Raw data:
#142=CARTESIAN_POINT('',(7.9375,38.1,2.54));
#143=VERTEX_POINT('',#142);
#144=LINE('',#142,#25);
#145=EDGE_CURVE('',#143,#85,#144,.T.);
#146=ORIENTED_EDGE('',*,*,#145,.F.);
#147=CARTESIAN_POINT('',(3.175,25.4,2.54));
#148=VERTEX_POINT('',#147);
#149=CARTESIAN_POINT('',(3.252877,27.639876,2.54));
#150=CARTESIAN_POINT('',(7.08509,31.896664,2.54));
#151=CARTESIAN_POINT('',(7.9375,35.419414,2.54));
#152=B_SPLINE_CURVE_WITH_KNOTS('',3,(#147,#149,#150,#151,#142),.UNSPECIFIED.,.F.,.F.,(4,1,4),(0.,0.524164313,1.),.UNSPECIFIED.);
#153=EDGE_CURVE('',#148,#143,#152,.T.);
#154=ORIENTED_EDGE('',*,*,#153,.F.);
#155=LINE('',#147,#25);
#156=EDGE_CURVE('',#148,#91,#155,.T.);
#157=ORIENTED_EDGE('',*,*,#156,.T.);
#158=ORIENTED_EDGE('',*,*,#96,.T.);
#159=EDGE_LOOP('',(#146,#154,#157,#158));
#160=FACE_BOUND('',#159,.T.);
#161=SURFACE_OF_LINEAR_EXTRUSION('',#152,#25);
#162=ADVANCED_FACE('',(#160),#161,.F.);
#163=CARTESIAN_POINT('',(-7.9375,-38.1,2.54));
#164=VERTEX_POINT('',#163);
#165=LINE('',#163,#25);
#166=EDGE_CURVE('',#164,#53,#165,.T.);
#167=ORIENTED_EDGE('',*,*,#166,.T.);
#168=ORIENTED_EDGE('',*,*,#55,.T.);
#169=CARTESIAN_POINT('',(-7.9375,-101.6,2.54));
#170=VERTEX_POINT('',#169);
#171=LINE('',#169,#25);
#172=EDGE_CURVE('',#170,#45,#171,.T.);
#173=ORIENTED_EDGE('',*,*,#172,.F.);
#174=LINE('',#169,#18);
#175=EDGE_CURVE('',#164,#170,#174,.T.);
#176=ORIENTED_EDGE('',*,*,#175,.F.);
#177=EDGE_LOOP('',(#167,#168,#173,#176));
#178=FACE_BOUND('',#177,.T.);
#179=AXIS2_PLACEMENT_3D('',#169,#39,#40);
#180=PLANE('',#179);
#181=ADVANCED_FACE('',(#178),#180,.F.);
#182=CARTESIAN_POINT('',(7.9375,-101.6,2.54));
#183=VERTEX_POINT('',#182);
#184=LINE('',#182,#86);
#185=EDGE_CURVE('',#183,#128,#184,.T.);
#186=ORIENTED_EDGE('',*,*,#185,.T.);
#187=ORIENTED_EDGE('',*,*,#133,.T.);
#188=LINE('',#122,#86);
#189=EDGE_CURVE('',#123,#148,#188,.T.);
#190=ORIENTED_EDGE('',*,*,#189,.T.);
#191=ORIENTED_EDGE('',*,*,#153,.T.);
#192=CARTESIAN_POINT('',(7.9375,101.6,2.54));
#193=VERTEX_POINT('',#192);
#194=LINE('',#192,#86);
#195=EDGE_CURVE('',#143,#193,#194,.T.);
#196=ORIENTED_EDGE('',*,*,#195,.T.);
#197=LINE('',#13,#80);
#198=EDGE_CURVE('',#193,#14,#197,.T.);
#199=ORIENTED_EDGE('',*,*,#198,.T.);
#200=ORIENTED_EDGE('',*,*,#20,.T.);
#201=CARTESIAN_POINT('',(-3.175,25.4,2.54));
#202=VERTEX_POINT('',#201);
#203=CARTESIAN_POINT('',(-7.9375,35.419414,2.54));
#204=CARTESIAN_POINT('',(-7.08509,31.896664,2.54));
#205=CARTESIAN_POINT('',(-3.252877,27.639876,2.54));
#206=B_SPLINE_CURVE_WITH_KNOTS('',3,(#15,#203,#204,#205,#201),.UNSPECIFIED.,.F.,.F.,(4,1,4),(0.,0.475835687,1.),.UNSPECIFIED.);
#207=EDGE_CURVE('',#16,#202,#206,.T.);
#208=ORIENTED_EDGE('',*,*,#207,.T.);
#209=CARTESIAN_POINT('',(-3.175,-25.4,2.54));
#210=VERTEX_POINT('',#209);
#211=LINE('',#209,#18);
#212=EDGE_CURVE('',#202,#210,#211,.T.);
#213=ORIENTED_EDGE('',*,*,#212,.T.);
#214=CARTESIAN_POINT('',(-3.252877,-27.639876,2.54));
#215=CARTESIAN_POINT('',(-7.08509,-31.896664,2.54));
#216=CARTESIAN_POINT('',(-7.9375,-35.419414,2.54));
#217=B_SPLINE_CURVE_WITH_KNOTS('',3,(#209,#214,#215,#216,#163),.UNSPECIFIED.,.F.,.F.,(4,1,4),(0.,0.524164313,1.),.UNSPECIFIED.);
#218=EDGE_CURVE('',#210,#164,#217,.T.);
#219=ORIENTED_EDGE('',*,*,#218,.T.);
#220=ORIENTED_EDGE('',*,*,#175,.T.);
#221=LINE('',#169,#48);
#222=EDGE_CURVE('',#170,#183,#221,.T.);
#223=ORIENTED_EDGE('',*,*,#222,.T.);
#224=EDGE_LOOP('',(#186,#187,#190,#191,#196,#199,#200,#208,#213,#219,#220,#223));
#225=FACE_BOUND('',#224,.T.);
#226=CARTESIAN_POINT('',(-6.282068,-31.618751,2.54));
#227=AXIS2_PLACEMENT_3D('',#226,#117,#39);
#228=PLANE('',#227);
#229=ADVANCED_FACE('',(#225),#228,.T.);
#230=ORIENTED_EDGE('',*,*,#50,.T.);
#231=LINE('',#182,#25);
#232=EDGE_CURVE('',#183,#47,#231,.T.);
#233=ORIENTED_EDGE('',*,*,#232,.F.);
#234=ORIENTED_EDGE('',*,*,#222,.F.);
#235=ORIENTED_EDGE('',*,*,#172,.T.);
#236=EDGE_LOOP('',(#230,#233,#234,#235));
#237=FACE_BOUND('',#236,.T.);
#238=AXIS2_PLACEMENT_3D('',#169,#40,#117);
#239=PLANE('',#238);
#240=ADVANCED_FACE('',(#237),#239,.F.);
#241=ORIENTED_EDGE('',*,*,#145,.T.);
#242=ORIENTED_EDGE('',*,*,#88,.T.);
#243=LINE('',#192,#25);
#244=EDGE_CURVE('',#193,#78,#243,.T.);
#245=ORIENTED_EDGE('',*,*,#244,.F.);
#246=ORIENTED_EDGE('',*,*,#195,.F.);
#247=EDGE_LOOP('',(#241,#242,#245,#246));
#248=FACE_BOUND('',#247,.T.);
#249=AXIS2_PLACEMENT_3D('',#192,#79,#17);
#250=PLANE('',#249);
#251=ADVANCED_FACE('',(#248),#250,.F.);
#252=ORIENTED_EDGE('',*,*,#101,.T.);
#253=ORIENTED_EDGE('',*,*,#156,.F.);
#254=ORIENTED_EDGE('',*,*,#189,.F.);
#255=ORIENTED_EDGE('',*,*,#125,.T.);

Directions: Each line from the top of the records through the one with "#167=ORIENTED_EDGE('',*,*,#166,.T.);" should be returned exactly. Leave out everything else.

Expected answer:
#142=CARTESIAN_POINT('',(7.9375,38.1,2.54));
#143=VERTEX_POINT('',#142);
#144=LINE('',#142,#25);
#145=EDGE_CURVE('',#143,#85,#144,.T.);
#146=ORIENTED_EDGE('',*,*,#145,.F.);
#147=CARTESIAN_POINT('',(3.175,25.4,2.54));
#148=VERTEX_POINT('',#147);
#149=CARTESIAN_POINT('',(3.252877,27.639876,2.54));
#150=CARTESIAN_POINT('',(7.08509,31.896664,2.54));
#151=CARTESIAN_POINT('',(7.9375,35.419414,2.54));
#152=B_SPLINE_CURVE_WITH_KNOTS('',3,(#147,#149,#150,#151,#142),.UNSPECIFIED.,.F.,.F.,(4,1,4),(0.,0.524164313,1.),.UNSPECIFIED.);
#153=EDGE_CURVE('',#148,#143,#152,.T.);
#154=ORIENTED_EDGE('',*,*,#153,.F.);
#155=LINE('',#147,#25);
#156=EDGE_CURVE('',#148,#91,#155,.T.);
#157=ORIENTED_EDGE('',*,*,#156,.T.);
#158=ORIENTED_EDGE('',*,*,#96,.T.);
#159=EDGE_LOOP('',(#146,#154,#157,#158));
#160=FACE_BOUND('',#159,.T.);
#161=SURFACE_OF_LINEAR_EXTRUSION('',#152,#25);
#162=ADVANCED_FACE('',(#160),#161,.F.);
#163=CARTESIAN_POINT('',(-7.9375,-38.1,2.54));
#164=VERTEX_POINT('',#163);
#165=LINE('',#163,#25);
#166=EDGE_CURVE('',#164,#53,#165,.T.);
#167=ORIENTED_EDGE('',*,*,#166,.T.);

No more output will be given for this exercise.